EZ-VC: Unlocking Zero-Shot Cross-Lingual Voice Conversion with Vaani Dataset

Summary

Zero-Shot Voice Conversion (VC) is a fundamental challenge in Indic AI, as existing models struggle to generalize to unseen languages and accents. The SPRING Lab at IIT Madras developed EZ-VC, a novel, simplified VC architecture. By coupling a single self-supervised encoder with a non-autoregressive flow matching speech decoder, and training it on diverse data sources including 3,790 hours of multi-lingual Vaani speech, EZ-VC successfully simplified the VC process. The model achieved state-of-the-art results, notably demonstrating a massive leap in naturalness (UTMOS) for unseen languages like German and Spanish. This success validates that Vaani’s multi-lingual diversity is essential for creating models that are robust and generalizable across linguistic boundaries. This work has been published at the EMNLP 2025 Conference

The Challenge: Complexity and Generalization in Voice Conversion

Zero-shot VC aims to clone a speaker's voice instantly, but current methods suffer from two major limitations in the Indian context:

Feature Disentanglement Complexity: Most high-performing VC models require multiple encoders to disentangle content from speaker characteristics, increasing architectural complexity, training time, and computational cost.
Failure in Cross-Lingual Generalization: Models struggle to transfer a voice across languages, especially when one language or accent is unseen during training. This poses a critical challenge for serving India's diverse linguistic needs.
Data Scarcity: Achieving cross-lingual performance requires exposure to massive linguistic diversity, which is often lacking in generic public datasets.

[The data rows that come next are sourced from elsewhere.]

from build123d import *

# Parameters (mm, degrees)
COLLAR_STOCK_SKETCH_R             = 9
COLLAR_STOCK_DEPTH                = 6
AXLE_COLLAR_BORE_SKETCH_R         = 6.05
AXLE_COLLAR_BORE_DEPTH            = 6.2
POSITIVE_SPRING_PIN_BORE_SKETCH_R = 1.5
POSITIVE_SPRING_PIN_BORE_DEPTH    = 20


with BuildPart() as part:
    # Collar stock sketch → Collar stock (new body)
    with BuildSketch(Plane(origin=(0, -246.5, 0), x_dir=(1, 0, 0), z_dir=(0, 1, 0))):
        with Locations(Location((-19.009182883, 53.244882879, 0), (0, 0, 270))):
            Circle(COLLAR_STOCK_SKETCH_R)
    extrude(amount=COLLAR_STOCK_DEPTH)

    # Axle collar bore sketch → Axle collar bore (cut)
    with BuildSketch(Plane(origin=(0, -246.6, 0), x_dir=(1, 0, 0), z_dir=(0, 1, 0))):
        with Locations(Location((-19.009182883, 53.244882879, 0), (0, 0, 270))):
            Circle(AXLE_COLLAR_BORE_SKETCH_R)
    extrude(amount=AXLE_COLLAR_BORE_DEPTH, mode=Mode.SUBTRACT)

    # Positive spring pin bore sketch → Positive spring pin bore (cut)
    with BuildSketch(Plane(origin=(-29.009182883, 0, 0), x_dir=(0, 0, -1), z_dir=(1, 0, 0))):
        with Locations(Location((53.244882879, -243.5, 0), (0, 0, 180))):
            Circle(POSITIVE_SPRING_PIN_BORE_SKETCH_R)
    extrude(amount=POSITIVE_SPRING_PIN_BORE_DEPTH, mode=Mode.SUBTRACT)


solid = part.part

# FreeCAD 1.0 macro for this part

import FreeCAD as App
import Part
import Sketcher

doc = App.newDocument("Part")
params = doc.addObject("Spreadsheet::Sheet", "Params")
for row, (alias, value) in enumerate([
    ("sketch1_diameter", "18 mm"),
    ("pad1_length", "6 mm"),
    ("sketch2_diameter", "12.1 mm"),
    ("pocket1_length", "6.2 mm"),
    ("sketch3_diameter", "3 mm"),
    ("pocket2_length", "20 mm"),
], start=1):
    params.set(f"A{row}", alias)
    params.set(f"B{row}", "=" + value)
    params.setAlias(f"B{row}", alias)

body = doc.addObject("PartDesign::Body", "Body")

# Sketch on XZ plane
sketch1 = body.newObject("Sketcher::SketchObject", "Sketch")
sketch1.AttachmentSupport = (doc.getObject("XZ_Plane"), [""])
sketch1.MapMode = "FlatFace"
sketch1.AttachmentOffset = App.Placement(App.Vector(0, 0, 246.5), App.Rotation())
sketch1.addGeometry(Part.Circle(App.Vector(-19, -53, 0), App.Vector(0, 0, 1), 9), False)
sketch1.addConstraint(Sketcher.Constraint("Diameter", 0, 18.0))
sketch1.addConstraint(Sketcher.Constraint("DistanceX", 0, 3, -1, 1, 19.009183))
sketch1.addConstraint(Sketcher.Constraint("DistanceY", 0, 3, -1, 1, 53.244883))
sketch1.setExpression("Constraints[0]", "Params.sketch1_diameter")
pad1 = body.newObject("PartDesign::Pad", "Pad")
pad1.Profile = sketch1
pad1.setExpression("Length", "Params.pad1_length")
pad1.Reversed = True

# Sketch on XZ plane
sketch2 = body.newObject("Sketcher::SketchObject", "Sketch001")
sketch2.AttachmentSupport = (doc.getObject("XZ_Plane"), [""])
sketch2.MapMode = "FlatFace"
sketch2.AttachmentOffset = App.Placement(App.Vector(0, 0, 246.6), App.Rotation())
sketch2.addGeometry(Part.Circle(App.Vector(-19, -53, 0), App.Vector(0, 0, 1), 6), False)
sketch2.addConstraint(Sketcher.Constraint("Diameter", 0, 12.1))
sketch2.addConstraint(Sketcher.Constraint("DistanceX", 0, 3, -1, 1, 19.009183))
sketch2.addConstraint(Sketcher.Constraint("DistanceY", 0, 3, -1, 1, 53.244883))
sketch2.setExpression("Constraints[0]", "Params.sketch2_diameter")
pocket1 = body.newObject("PartDesign::Pocket", "Pocket")
pocket1.Profile = sketch2
pocket1.setExpression("Length", "Params.pocket1_length")

# Sketch on YZ plane
sketch3 = body.newObject("Sketcher::SketchObject", "Sketch002")
sketch3.AttachmentSupport = (doc.getObject("YZ_Plane"), [""])
sketch3.MapMode = "FlatFace"
sketch3.AttachmentOffset = App.Placement(App.Vector(0, 0, -29.009183), App.Rotation())
sketch3.addGeometry(Part.Circle(App.Vector(-243.5, -53.2, 0), App.Vector(0, 0, 1), 1.5), False)
sketch3.addConstraint(Sketcher.Constraint("Diameter", 0, 3.0))
sketch3.addConstraint(Sketcher.Constraint("DistanceX", 0, 3, -1, 1, 243.5))
sketch3.addConstraint(Sketcher.Constraint("DistanceY", 0, 3, -1, 1, 53.244883))
sketch3.setExpression("Constraints[0]", "Params.sketch3_diameter")
pocket2 = body.newObject("PartDesign::Pocket", "Pocket001")
pocket2.Profile = sketch3
pocket2.setExpression("Length", "Params.pocket2_length")
pocket2.Reversed = True

doc.recompute()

The Solution: Simple Architecture and Data Diversity

The IIT Madras research team hypothesized that combining a powerful, pre-trained multilingual encoder with a state-of-the-art decoder, trained on linguistically diverse data, could eliminate the need for complex, multiple-encoder architectures.

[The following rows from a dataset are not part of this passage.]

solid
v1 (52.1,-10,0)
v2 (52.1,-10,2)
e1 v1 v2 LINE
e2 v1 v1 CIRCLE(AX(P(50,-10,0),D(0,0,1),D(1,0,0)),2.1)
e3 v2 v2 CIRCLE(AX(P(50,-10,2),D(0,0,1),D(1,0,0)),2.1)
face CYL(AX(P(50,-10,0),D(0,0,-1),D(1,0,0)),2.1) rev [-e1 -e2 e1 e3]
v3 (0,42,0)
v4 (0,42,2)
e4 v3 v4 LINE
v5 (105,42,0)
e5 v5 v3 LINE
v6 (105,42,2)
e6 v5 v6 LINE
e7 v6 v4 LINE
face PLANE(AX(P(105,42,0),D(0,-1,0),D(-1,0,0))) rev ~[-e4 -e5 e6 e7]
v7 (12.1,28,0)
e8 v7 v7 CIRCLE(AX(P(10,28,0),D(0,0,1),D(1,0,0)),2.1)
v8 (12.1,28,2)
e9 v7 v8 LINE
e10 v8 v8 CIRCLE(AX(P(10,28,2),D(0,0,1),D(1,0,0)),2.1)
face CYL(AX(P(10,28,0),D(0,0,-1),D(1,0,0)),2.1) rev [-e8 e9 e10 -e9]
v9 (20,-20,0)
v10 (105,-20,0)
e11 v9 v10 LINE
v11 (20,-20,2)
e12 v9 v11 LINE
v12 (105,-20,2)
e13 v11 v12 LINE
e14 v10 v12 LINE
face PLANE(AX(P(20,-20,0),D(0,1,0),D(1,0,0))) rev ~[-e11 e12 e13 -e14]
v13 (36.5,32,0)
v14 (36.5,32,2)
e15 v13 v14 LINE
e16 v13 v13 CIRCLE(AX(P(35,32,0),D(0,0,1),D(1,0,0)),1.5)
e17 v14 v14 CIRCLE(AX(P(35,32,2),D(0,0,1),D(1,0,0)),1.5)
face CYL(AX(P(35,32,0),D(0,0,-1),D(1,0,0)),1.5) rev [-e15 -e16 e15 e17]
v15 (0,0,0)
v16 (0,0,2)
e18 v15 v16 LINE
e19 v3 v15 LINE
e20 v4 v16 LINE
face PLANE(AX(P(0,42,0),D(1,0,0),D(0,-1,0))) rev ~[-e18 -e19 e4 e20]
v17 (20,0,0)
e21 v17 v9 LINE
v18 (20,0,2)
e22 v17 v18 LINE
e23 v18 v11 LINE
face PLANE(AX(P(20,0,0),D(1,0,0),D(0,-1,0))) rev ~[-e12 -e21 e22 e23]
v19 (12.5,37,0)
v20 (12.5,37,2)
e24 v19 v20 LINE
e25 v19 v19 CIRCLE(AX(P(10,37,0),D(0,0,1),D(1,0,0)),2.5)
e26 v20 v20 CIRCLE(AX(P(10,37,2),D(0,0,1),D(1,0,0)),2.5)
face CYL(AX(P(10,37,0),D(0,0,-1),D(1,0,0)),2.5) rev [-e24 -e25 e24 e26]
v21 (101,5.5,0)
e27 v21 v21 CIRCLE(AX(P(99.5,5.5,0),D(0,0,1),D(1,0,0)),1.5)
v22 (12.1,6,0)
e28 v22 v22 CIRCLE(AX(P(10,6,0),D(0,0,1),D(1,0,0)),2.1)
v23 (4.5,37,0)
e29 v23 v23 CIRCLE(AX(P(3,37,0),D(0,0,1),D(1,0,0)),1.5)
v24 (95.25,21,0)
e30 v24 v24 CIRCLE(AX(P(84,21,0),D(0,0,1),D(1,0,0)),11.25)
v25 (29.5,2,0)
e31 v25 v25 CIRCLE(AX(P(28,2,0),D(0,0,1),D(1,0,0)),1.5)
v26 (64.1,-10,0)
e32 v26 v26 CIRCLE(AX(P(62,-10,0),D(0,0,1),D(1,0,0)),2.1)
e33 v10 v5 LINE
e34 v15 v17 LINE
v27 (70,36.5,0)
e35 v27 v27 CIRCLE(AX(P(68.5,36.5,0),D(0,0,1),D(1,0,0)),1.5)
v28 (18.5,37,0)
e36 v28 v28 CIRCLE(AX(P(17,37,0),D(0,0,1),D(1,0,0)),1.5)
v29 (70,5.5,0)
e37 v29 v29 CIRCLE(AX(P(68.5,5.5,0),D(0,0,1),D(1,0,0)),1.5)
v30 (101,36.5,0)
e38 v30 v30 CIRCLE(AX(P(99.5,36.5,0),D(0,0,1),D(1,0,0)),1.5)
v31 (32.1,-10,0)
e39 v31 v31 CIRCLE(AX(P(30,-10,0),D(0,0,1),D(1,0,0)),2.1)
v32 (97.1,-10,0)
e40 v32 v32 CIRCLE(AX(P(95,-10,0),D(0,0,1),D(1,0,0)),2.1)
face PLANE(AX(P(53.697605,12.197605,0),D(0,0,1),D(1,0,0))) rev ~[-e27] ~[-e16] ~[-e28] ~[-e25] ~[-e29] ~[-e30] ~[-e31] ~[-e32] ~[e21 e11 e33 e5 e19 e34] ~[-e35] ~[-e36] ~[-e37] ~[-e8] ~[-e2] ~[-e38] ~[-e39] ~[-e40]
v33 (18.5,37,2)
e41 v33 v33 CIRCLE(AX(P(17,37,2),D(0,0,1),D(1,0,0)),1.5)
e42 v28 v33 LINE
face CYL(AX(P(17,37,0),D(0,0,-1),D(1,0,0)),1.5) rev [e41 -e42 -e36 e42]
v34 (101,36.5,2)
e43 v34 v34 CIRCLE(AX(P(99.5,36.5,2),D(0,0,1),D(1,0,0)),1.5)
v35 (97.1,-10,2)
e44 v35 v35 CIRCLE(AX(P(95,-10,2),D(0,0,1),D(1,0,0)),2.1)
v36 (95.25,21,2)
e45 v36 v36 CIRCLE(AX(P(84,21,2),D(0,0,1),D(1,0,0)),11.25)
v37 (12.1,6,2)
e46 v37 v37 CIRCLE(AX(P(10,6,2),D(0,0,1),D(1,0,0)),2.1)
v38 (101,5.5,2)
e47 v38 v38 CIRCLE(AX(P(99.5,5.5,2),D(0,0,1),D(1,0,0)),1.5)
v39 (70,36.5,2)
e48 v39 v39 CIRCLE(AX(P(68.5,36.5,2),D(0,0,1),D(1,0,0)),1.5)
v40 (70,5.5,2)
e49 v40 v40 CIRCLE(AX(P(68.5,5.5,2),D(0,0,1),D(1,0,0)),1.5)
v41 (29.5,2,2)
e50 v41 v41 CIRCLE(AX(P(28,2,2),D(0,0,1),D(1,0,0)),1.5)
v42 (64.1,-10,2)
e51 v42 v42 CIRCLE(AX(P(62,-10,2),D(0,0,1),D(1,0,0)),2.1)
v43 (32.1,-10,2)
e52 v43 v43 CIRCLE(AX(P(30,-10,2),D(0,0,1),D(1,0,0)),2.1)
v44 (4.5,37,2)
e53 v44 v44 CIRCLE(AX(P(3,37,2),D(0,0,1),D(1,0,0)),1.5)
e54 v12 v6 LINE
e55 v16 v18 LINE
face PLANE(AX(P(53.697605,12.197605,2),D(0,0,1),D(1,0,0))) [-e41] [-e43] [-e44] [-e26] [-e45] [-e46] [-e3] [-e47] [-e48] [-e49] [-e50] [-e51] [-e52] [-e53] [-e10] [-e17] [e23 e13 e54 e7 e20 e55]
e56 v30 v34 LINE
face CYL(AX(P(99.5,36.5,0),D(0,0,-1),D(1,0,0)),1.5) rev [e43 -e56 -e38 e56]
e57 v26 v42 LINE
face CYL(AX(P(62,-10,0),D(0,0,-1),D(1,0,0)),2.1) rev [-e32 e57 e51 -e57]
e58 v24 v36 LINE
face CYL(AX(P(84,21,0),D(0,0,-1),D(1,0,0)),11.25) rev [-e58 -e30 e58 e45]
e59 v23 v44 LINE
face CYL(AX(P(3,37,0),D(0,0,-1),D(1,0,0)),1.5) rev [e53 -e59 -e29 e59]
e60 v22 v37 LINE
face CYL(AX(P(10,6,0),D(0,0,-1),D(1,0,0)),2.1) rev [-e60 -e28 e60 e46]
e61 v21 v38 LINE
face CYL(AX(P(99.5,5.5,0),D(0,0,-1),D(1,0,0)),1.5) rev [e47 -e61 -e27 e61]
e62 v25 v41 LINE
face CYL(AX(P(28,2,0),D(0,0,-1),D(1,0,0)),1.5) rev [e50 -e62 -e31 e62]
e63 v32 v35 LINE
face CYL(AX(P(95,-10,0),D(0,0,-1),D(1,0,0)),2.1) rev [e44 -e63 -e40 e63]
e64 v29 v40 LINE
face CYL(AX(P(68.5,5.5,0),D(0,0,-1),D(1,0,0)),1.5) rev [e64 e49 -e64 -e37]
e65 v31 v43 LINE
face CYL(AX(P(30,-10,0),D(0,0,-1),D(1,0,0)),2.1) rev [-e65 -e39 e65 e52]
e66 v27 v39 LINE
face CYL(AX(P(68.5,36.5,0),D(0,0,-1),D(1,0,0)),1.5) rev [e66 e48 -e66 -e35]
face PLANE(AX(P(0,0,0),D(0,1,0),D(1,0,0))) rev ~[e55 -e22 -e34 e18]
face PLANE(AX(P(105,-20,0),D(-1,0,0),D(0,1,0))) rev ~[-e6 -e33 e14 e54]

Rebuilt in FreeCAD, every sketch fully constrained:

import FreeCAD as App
import Part
import Sketcher
Q = App.Units.Quantity


def add_polygon(sketch, points):
    """Adds a closed chain of lines whose ends are joined by coincident constraints."""
    first, n = sketch.GeometryCount, len(points)
    for a, b in zip(points, points[1:] + points[:1]):
        sketch.addGeometry(Part.LineSegment(App.Vector(*a, 0), App.Vector(*b, 0)), False)
    for i in range(n):
        sketch.addConstraint(Sketcher.Constraint("Coincident", first + i, 2, first + (i + 1) % n, 1))

doc = App.newDocument("Part")
body = doc.addObject("PartDesign::Body", "Body")

# Sketch on XY plane
sketch1 = body.newObject("Sketcher::SketchObject", "Sketch")
sketch1.AttachmentSupport = (doc.getObject("XY_Plane"), [""])
sketch1.MapMode = "FlatFace"
add_polygon(sketch1, [(0, 0), (20, 0), (20, -20), (105, -20), (105, 42), (0, 42)])  # lines 0-5
sketch1.addGeometry(Part.Circle(App.Vector(30, -10, 0), App.Vector(0, 0, 1), 2.1), False)  # 6
sketch1.addGeometry(Part.Circle(App.Vector(50, -10, 0), App.Vector(0, 0, 1), 2.1), False)  # 7
sketch1.addGeometry(Part.Circle(App.Vector(10, 6, 0), App.Vector(0, 0, 1), 2.1), False)  # 8
sketch1.addGeometry(Part.Circle(App.Vector(28, 2, 0), App.Vector(0, 0, 1), 1.5), False)  # 9
sketch1.addGeometry(Part.Circle(App.Vector(62, -10, 0), App.Vector(0, 0, 1), 2.1), False)  # 10
sketch1.addGeometry(Part.Circle(App.Vector(95, -10, 0), App.Vector(0, 0, 1), 2.1), False)  # 11
sketch1.addGeometry(Part.Circle(App.Vector(68.5, 5.5, 0), App.Vector(0, 0, 1), 1.5), False)  # 12
sketch1.addGeometry(Part.Circle(App.Vector(99.5, 5.5, 0), App.Vector(0, 0, 1), 1.5), False)  # 13
sketch1.addGeometry(Part.Circle(App.Vector(10, 28, 0), App.Vector(0, 0, 1), 2.1), False)  # 14
sketch1.addGeometry(Part.Circle(App.Vector(3, 37, 0), App.Vector(0, 0, 1), 1.5), False)  # 15
sketch1.addGeometry(Part.Circle(App.Vector(10, 37, 0), App.Vector(0, 0, 1), 2.5), False)  # 16
sketch1.addGeometry(Part.Circle(App.Vector(17, 37, 0), App.Vector(0, 0, 1), 1.5), False)  # 17
sketch1.addGeometry(Part.Circle(App.Vector(35, 32, 0), App.Vector(0, 0, 1), 1.5), False)  # 18
sketch1.addGeometry(Part.Circle(App.Vector(84, 21, 0), App.Vector(0, 0, 1), 11.2), False)  # 19
sketch1.addGeometry(Part.Circle(App.Vector(68.5, 36.5, 0), App.Vector(0, 0, 1), 1.5), False)  # 20
sketch1.addGeometry(Part.Circle(App.Vector(99.5, 36.5, 0), App.Vector(0, 0, 1), 1.5), False)  # 21
sketch1.addConstraint(Sketcher.Constraint("Horizontal", 0))
sketch1.addConstraint(Sketcher.Constraint("Vertical", 1))
sketch1.addConstraint(Sketcher.Constraint("Horizontal", 2))
sketch1.addConstraint(Sketcher.Constraint("Vertical", 3))
sketch1.addConstraint(Sketcher.Constraint("Horizontal", 4))
sketch1.addConstraint(Sketcher.Constraint("Vertical", 5))
sketch1.addConstraint(Sketcher.Constraint("Coincident", 5, 2, -1, 1))
sketch1.addConstraint(Sketcher.Constraint("Equal", 6, 7))
sketch1.addConstraint(Sketcher.Constraint("Equal", 7, 8))
sketch1.addConstraint(Sketcher.Constraint("Equal", 8, 10))
sketch1.addConstraint(Sketcher.Constraint("Equal", 10, 11))
sketch1.addConstraint(Sketcher.Constraint("Equal", 9, 12))
sketch1.addConstraint(Sketcher.Constraint("Equal", 12, 13))
sketch1.addConstraint(Sketcher.Constraint("Equal", 11, 14))
sketch1.addConstraint(Sketcher.Constraint("Equal", 13, 15))
sketch1.addConstraint(Sketcher.Constraint("Equal", 15, 17))
sketch1.addConstraint(Sketcher.Constraint("Equal", 17, 18))
sketch1.addConstraint(Sketcher.Constraint("Equal", 18, 20))
sketch1.addConstraint(Sketcher.Constraint("Equal", 20, 21))
sketch1.addConstraint(Sketcher.Constraint("Horizontal", 6, 3, 7, 3))
sketch1.addConstraint(Sketcher.Constraint("Horizontal", 7, 3, 10, 3))
sketch1.addConstraint(Sketcher.Constraint("Horizontal", 10, 3, 11, 3))
sketch1.addConstraint(Sketcher.Constraint("Horizontal", 12, 3, 13, 3))
sketch1.addConstraint(Sketcher.Constraint("Horizontal", 15, 3, 16, 3))
sketch1.addConstraint(Sketcher.Constraint("Horizontal", 16, 3, 17, 3))
sketch1.addConstraint(Sketcher.Constraint("Horizontal", 20, 3, 21, 3))
sketch1.addConstraint(Sketcher.Constraint("Vertical", 8, 3, 14, 3))
sketch1.addConstraint(Sketcher.Constraint("Vertical", 14, 3, 16, 3))
sketch1.addConstraint(Sketcher.Constraint("Vertical", 12, 3, 20, 3))
sketch1.addConstraint(Sketcher.Constraint("Vertical", 13, 3, 21, 3))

Simplified Architecture (EZ-VC): They used a single, 4,000-language-trained Xeus SSL encoder to extract universal content units (quantized using a 500-cluster k-means model) and paired it with a Conditional Flow Matching (CFM) Decoder (F5-TTS). This design simplifies the task to a units-to-speech generation problem.
Data Strategy with Vaani: The training data was built for maximum diversity, comprising 12,840 hours of speech from English and 5 Indian languages. Crucially, 3,790 hours of this data, spanning Bengali, Telugu, and Kannada, was sourced from the Vaani dataset. This large volume of diverse, spontaneous Indian language audio was fundamental to teaching the model robust, language-agnostic representations, enabling effective generalization to unseen languages.

Results: Setting a New Standard for Naturalness and Transfer

EZ-VC was benchmarked against leading open-source models, demonstrating consistent superiority in both naturalness and speaker similarity.

Performance Results

Metric (Source vs. Target Voice)	Seed-VC	EZ-VC (Ours)	Absolute Δ	Relative Improvement
SSIM ↑	0.69	0.71	+0.02	+2.9 %
NMOS ↑	3.55	3.91	+0.36	+10.1 %
SMOS ↑	3.78	3.90	+0.12	+3.2 %
UTMOS ↑	3.02	3.56	+0.54	+17.9 %

The evaluation consists of diverse languages, accents, genders, and cross-lingual combinations, including both seen and unseen languages. EZ-VC outperforms Seed-VC across all metrics, achieving notable gains in SSIM (+2.9%), NMOS (+10.1%), SMOS (+3.2%), and UTMOS (+17.9%), demonstrating strong generalization enabled by training on diverse, multi-accent datasets, including Vaani.

The Vaani Significance and Research Impact

The success of EZ-VC represents a significant leap for the Indic AI research community:

Validation of Diversity: The results conclusively prove that large-scale, linguistically diverse datasets like Vaani are essential for creating models that can generalize robustly across accents and languages.
Enabling Simpler Architectures: By achieving state-of-the-art results with a simplified architecture, this work encourages further research into less complex, more efficient VC systems.
Blueprint for Indic AI: The strategic inclusion of 3,790 hours of Vaani data (Bengali, Telugu, and Kannada) provided the necessary "linguistic complexity buffer" to enable strong cross-lingual transfer, accelerating the path toward accessible, high-quality voice technology for all of India's languages.

Conclusion: Simplicity and Scale as the Future of VC

The EZ-VC project demonstrates that for zero-shot voice conversion, relatively simple architecture powered by large-scale, high-diversity data can achieve remarkable results. By leveraging the Vaani dataset, IIT Madras has not only set a new performance benchmark but also established a clear direction for developing highly generalized, efficient, and inclusive voice technologies for both global and Indian applications.